===== SOURCE INFORMATION =====
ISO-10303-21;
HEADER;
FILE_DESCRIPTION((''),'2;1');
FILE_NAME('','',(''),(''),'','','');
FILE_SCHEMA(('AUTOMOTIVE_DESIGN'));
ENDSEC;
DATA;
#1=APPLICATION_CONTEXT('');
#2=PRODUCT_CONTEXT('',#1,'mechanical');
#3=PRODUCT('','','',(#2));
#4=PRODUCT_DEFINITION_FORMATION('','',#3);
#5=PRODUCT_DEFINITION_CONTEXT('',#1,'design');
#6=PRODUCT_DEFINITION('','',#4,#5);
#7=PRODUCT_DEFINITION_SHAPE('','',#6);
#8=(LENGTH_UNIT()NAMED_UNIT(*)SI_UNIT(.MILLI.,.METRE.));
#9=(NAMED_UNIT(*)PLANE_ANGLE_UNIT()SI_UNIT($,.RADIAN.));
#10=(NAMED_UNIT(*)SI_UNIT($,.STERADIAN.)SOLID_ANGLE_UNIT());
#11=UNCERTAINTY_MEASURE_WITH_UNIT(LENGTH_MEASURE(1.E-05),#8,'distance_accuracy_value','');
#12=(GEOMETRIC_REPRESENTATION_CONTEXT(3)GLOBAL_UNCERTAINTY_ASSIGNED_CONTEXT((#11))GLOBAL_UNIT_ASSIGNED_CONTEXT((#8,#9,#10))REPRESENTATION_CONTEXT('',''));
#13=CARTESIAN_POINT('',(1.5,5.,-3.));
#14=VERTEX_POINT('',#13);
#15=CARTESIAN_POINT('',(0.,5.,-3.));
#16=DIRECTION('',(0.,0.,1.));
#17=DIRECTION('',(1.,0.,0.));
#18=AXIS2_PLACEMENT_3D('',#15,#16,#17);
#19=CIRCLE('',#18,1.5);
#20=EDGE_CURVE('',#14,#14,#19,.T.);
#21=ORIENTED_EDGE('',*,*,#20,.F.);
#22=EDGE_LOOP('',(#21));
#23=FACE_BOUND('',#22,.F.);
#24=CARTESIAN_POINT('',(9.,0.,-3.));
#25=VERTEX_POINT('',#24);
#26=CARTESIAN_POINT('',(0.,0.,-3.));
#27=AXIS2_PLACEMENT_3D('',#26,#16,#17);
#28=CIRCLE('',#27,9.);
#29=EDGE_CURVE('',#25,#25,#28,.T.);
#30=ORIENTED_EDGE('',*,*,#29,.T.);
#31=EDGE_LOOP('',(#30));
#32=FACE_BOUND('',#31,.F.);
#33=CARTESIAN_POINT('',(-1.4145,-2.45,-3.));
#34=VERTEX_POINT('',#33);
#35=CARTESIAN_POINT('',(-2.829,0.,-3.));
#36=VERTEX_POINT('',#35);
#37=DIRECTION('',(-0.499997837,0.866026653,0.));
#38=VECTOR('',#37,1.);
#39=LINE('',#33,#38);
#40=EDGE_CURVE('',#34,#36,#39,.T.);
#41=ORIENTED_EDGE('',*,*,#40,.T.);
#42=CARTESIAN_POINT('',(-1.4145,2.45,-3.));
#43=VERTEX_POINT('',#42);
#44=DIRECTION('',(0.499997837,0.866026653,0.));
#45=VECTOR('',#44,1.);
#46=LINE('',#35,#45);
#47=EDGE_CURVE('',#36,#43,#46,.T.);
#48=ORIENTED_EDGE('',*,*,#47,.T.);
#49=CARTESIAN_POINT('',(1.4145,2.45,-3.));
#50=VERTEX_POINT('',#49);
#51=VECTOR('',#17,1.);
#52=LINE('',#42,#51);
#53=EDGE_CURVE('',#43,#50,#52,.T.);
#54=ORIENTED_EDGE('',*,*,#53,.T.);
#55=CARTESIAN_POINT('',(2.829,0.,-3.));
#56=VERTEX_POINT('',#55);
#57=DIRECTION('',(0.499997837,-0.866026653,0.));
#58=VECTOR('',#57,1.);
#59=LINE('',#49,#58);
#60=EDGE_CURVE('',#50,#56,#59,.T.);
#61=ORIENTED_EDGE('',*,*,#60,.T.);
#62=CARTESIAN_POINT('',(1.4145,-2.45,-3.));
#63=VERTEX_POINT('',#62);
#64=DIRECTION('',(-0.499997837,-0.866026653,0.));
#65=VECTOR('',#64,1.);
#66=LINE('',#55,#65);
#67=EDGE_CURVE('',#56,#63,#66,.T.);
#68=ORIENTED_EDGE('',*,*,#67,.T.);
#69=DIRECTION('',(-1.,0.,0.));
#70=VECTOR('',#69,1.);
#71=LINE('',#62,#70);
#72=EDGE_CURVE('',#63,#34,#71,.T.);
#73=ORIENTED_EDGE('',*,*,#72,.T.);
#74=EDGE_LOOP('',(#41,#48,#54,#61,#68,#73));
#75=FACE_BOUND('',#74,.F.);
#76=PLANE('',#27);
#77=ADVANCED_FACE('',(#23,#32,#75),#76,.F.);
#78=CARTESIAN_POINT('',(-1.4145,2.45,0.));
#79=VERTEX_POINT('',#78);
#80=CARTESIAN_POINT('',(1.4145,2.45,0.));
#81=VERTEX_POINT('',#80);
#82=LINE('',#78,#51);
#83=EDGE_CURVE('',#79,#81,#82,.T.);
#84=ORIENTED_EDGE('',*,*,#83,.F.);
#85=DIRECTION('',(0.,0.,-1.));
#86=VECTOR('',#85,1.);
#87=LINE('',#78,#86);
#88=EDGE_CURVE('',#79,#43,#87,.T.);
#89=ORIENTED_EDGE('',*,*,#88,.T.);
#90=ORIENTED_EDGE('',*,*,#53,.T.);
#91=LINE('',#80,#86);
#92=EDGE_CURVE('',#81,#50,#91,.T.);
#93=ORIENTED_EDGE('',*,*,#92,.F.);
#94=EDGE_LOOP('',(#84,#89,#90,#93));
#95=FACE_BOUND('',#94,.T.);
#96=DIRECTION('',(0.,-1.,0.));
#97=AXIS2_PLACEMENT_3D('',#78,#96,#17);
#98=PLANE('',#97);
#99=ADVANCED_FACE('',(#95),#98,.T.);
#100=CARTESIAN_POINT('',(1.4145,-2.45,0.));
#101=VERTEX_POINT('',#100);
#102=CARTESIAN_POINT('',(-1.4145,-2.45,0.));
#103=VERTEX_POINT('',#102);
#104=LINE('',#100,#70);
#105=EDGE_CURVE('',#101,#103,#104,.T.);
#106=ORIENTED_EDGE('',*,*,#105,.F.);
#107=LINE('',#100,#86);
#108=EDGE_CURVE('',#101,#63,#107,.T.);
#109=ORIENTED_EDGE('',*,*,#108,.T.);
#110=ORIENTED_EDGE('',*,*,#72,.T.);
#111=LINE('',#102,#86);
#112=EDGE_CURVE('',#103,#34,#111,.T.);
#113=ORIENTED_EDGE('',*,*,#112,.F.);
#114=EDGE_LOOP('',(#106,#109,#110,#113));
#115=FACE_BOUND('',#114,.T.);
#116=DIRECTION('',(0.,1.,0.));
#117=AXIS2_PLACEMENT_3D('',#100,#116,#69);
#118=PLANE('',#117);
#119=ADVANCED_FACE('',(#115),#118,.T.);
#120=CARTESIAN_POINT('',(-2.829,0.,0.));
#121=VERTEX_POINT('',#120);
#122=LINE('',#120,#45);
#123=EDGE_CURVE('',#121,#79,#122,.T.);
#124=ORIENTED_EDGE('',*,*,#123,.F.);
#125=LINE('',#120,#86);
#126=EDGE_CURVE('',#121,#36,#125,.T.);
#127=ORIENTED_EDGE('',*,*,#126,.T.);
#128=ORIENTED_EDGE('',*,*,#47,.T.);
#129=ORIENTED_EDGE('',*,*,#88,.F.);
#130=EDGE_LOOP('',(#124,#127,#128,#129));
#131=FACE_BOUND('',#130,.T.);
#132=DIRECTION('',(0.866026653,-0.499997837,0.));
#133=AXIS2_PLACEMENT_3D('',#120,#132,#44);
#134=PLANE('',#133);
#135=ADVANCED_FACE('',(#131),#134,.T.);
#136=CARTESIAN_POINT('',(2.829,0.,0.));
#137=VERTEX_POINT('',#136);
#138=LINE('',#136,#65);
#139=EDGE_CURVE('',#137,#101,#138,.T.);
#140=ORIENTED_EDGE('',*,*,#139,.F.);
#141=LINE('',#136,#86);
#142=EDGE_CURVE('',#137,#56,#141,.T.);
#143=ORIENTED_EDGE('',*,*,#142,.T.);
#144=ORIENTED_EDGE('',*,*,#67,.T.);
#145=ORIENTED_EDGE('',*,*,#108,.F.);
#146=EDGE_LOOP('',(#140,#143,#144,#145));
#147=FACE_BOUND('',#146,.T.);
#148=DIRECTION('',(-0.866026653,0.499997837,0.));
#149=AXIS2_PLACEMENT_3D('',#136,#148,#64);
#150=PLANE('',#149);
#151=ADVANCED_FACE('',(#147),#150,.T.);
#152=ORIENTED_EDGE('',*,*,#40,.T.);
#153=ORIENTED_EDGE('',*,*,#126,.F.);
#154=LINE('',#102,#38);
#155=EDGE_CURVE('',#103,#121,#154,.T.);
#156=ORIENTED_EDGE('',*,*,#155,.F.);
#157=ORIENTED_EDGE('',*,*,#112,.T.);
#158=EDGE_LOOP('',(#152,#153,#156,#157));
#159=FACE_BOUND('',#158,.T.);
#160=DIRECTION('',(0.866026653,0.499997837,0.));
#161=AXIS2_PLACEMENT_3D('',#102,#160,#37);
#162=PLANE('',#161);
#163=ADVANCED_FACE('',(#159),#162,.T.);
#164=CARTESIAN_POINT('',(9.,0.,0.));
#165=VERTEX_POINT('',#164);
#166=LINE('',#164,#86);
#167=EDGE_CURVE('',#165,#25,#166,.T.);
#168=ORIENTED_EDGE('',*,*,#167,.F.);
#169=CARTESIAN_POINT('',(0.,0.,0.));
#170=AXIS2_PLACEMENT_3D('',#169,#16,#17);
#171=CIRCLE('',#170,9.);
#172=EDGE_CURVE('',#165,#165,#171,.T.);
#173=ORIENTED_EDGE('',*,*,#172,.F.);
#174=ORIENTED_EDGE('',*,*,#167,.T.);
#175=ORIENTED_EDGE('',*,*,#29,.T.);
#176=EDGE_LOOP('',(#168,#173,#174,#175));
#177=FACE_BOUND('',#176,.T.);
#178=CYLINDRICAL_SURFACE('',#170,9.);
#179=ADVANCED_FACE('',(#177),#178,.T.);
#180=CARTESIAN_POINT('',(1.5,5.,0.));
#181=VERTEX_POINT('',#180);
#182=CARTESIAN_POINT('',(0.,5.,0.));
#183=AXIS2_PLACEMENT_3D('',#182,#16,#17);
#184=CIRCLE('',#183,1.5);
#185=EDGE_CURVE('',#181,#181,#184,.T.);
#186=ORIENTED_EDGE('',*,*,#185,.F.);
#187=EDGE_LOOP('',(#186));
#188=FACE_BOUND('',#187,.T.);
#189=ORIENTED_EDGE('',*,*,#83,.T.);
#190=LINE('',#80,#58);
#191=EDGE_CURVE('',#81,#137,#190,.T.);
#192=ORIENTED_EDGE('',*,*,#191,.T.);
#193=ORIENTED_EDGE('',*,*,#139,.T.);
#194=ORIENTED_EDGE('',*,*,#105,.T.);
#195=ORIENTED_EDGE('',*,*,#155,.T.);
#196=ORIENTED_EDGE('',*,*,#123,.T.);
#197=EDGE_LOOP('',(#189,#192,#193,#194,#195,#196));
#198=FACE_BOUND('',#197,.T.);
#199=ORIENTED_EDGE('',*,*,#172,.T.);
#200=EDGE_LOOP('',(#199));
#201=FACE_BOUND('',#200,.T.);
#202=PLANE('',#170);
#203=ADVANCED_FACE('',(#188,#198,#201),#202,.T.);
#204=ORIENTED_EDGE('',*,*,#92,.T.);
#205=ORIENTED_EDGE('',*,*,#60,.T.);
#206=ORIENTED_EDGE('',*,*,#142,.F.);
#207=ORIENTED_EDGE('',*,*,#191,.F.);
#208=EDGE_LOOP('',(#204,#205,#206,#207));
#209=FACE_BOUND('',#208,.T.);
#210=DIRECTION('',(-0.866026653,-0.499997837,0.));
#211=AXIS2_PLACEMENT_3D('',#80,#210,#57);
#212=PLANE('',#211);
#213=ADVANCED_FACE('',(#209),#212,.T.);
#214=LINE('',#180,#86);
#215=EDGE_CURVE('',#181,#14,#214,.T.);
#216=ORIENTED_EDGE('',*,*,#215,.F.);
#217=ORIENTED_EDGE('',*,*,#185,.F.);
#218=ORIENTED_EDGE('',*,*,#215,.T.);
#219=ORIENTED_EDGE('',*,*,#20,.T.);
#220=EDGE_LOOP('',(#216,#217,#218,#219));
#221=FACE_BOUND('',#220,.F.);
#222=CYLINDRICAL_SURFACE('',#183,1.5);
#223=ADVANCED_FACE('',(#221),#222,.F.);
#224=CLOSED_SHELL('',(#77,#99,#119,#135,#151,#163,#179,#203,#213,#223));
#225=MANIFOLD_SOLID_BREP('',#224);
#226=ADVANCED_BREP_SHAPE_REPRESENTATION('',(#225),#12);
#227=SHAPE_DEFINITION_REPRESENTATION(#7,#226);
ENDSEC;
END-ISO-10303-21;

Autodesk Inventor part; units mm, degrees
ref_plane "YZ Plane" through (0, 0, 0) normal (1, 0, 0) x (0, 1, 0)
ref_plane "XZ Plane" through (0, 0, 0) normal (0, 1, 0) x (-1, 0, 0)
ref_plane "XY Plane" through (0, 0, 0) normal (0, 0, 1) x (1, 0, 0)
sketch "Sketch1" plane through (0, 0, 0) normal (0, 0, 1) x (1, 0, 0)
  circle A0 centre (0, 0) radius 9
  circle A1 centre (0, 5) radius 1.5
  line L0 (1.4145, 2.45) -> (2.829, 0)
  line L1 (2.829, 0) -> (1.4145, -2.45)
  line L2 (1.4145, -2.45) -> (-1.4145, -2.45)
  line L3 (-1.4145, -2.45) -> (-2.829, 0)
  line L4 (-2.829, 0) -> (-1.4145, 2.45)
  line L5 (-1.4145, 2.45) -> (1.4145, 2.45)
  dimension "d0" = 18
  dimension "d1" = 4.9
  dimension "d2" = 5
  dimension "d3" = 3
extrude "Extrusion1" add sketch "Sketch1" against normal blind 3
properties part number "OutputDisk2"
=====
● TASK: Return, word for word, the lines of the data above from the line with "#62=CARTESIAN_POINT('',(1.4145,-2.45,-3.));" through the line with "#131=FACE_BOUND('',#130,.T.);", inclusive.

● COMPLETED EXERCISE:
#62=CARTESIAN_POINT('',(1.4145,-2.45,-3.));
#63=VERTEX_POINT('',#62);
#64=DIRECTION('',(-0.499997837,-0.866026653,0.));
#65=VECTOR('',#64,1.);
#66=LINE('',#55,#65);
#67=EDGE_CURVE('',#56,#63,#66,.T.);
#68=ORIENTED_EDGE('',*,*,#67,.T.);
#69=DIRECTION('',(-1.,0.,0.));
#70=VECTOR('',#69,1.);
#71=LINE('',#62,#70);
#72=EDGE_CURVE('',#63,#34,#71,.T.);
#73=ORIENTED_EDGE('',*,*,#72,.T.);
#74=EDGE_LOOP('',(#41,#48,#54,#61,#68,#73));
#75=FACE_BOUND('',#74,.F.);
#76=PLANE('',#27);
#77=ADVANCED_FACE('',(#23,#32,#75),#76,.F.);
#78=CARTESIAN_POINT('',(-1.4145,2.45,0.));
#79=VERTEX_POINT('',#78);
#80=CARTESIAN_POINT('',(1.4145,2.45,0.));
#81=VERTEX_POINT('',#80);
#82=LINE('',#78,#51);
#83=EDGE_CURVE('',#79,#81,#82,.T.);
#84=ORIENTED_EDGE('',*,*,#83,.F.);
#85=DIRECTION('',(0.,0.,-1.));
#86=VECTOR('',#85,1.);
#87=LINE('',#78,#86);
#88=EDGE_CURVE('',#79,#43,#87,.T.);
#89=ORIENTED_EDGE('',*,*,#88,.T.);
#90=ORIENTED_EDGE('',*,*,#53,.T.);
#91=LINE('',#80,#86);
#92=EDGE_CURVE('',#81,#50,#91,.T.);
#93=ORIENTED_EDGE('',*,*,#92,.F.);
#94=EDGE_LOOP('',(#84,#89,#90,#93));
#95=FACE_BOUND('',#94,.T.);
#96=DIRECTION('',(0.,-1.,0.));
#97=AXIS2_PLACEMENT_3D('',#78,#96,#17);
#98=PLANE('',#97);
#99=ADVANCED_FACE('',(#95),#98,.T.);
#100=CARTESIAN_POINT('',(1.4145,-2.45,0.));
#101=VERTEX_POINT('',#100);
#102=CARTESIAN_POINT('',(-1.4145,-2.45,0.));
#103=VERTEX_POINT('',#102);
#104=LINE('',#100,#70);
#105=EDGE_CURVE('',#101,#103,#104,.T.);
#106=ORIENTED_EDGE('',*,*,#105,.F.);
#107=LINE('',#100,#86);
#108=EDGE_CURVE('',#101,#63,#107,.T.);
#109=ORIENTED_EDGE('',*,*,#108,.T.);
#110=ORIENTED_EDGE('',*,*,#72,.T.);
#111=LINE('',#102,#86);
#112=EDGE_CURVE('',#103,#34,#111,.T.);
#113=ORIENTED_EDGE('',*,*,#112,.F.);
#114=EDGE_LOOP('',(#106,#109,#110,#113));
#115=FACE_BOUND('',#114,.T.);
#116=DIRECTION('',(0.,1.,0.));
#117=AXIS2_PLACEMENT_3D('',#100,#116,#69);
#118=PLANE('',#117);
#119=ADVANCED_FACE('',(#115),#118,.T.);
#120=CARTESIAN_POINT('',(-2.829,0.,0.));
#121=VERTEX_POINT('',#120);
#122=LINE('',#120,#45);
#123=EDGE_CURVE('',#121,#79,#122,.T.);
#124=ORIENTED_EDGE('',*,*,#123,.F.);
#125=LINE('',#120,#86);
#126=EDGE_CURVE('',#121,#36,#125,.T.);
#127=ORIENTED_EDGE('',*,*,#126,.T.);
#128=ORIENTED_EDGE('',*,*,#47,.T.);
#129=ORIENTED_EDGE('',*,*,#88,.F.);
#130=EDGE_LOOP('',(#124,#127,#128,#129));
#131=FACE_BOUND('',#130,.T.);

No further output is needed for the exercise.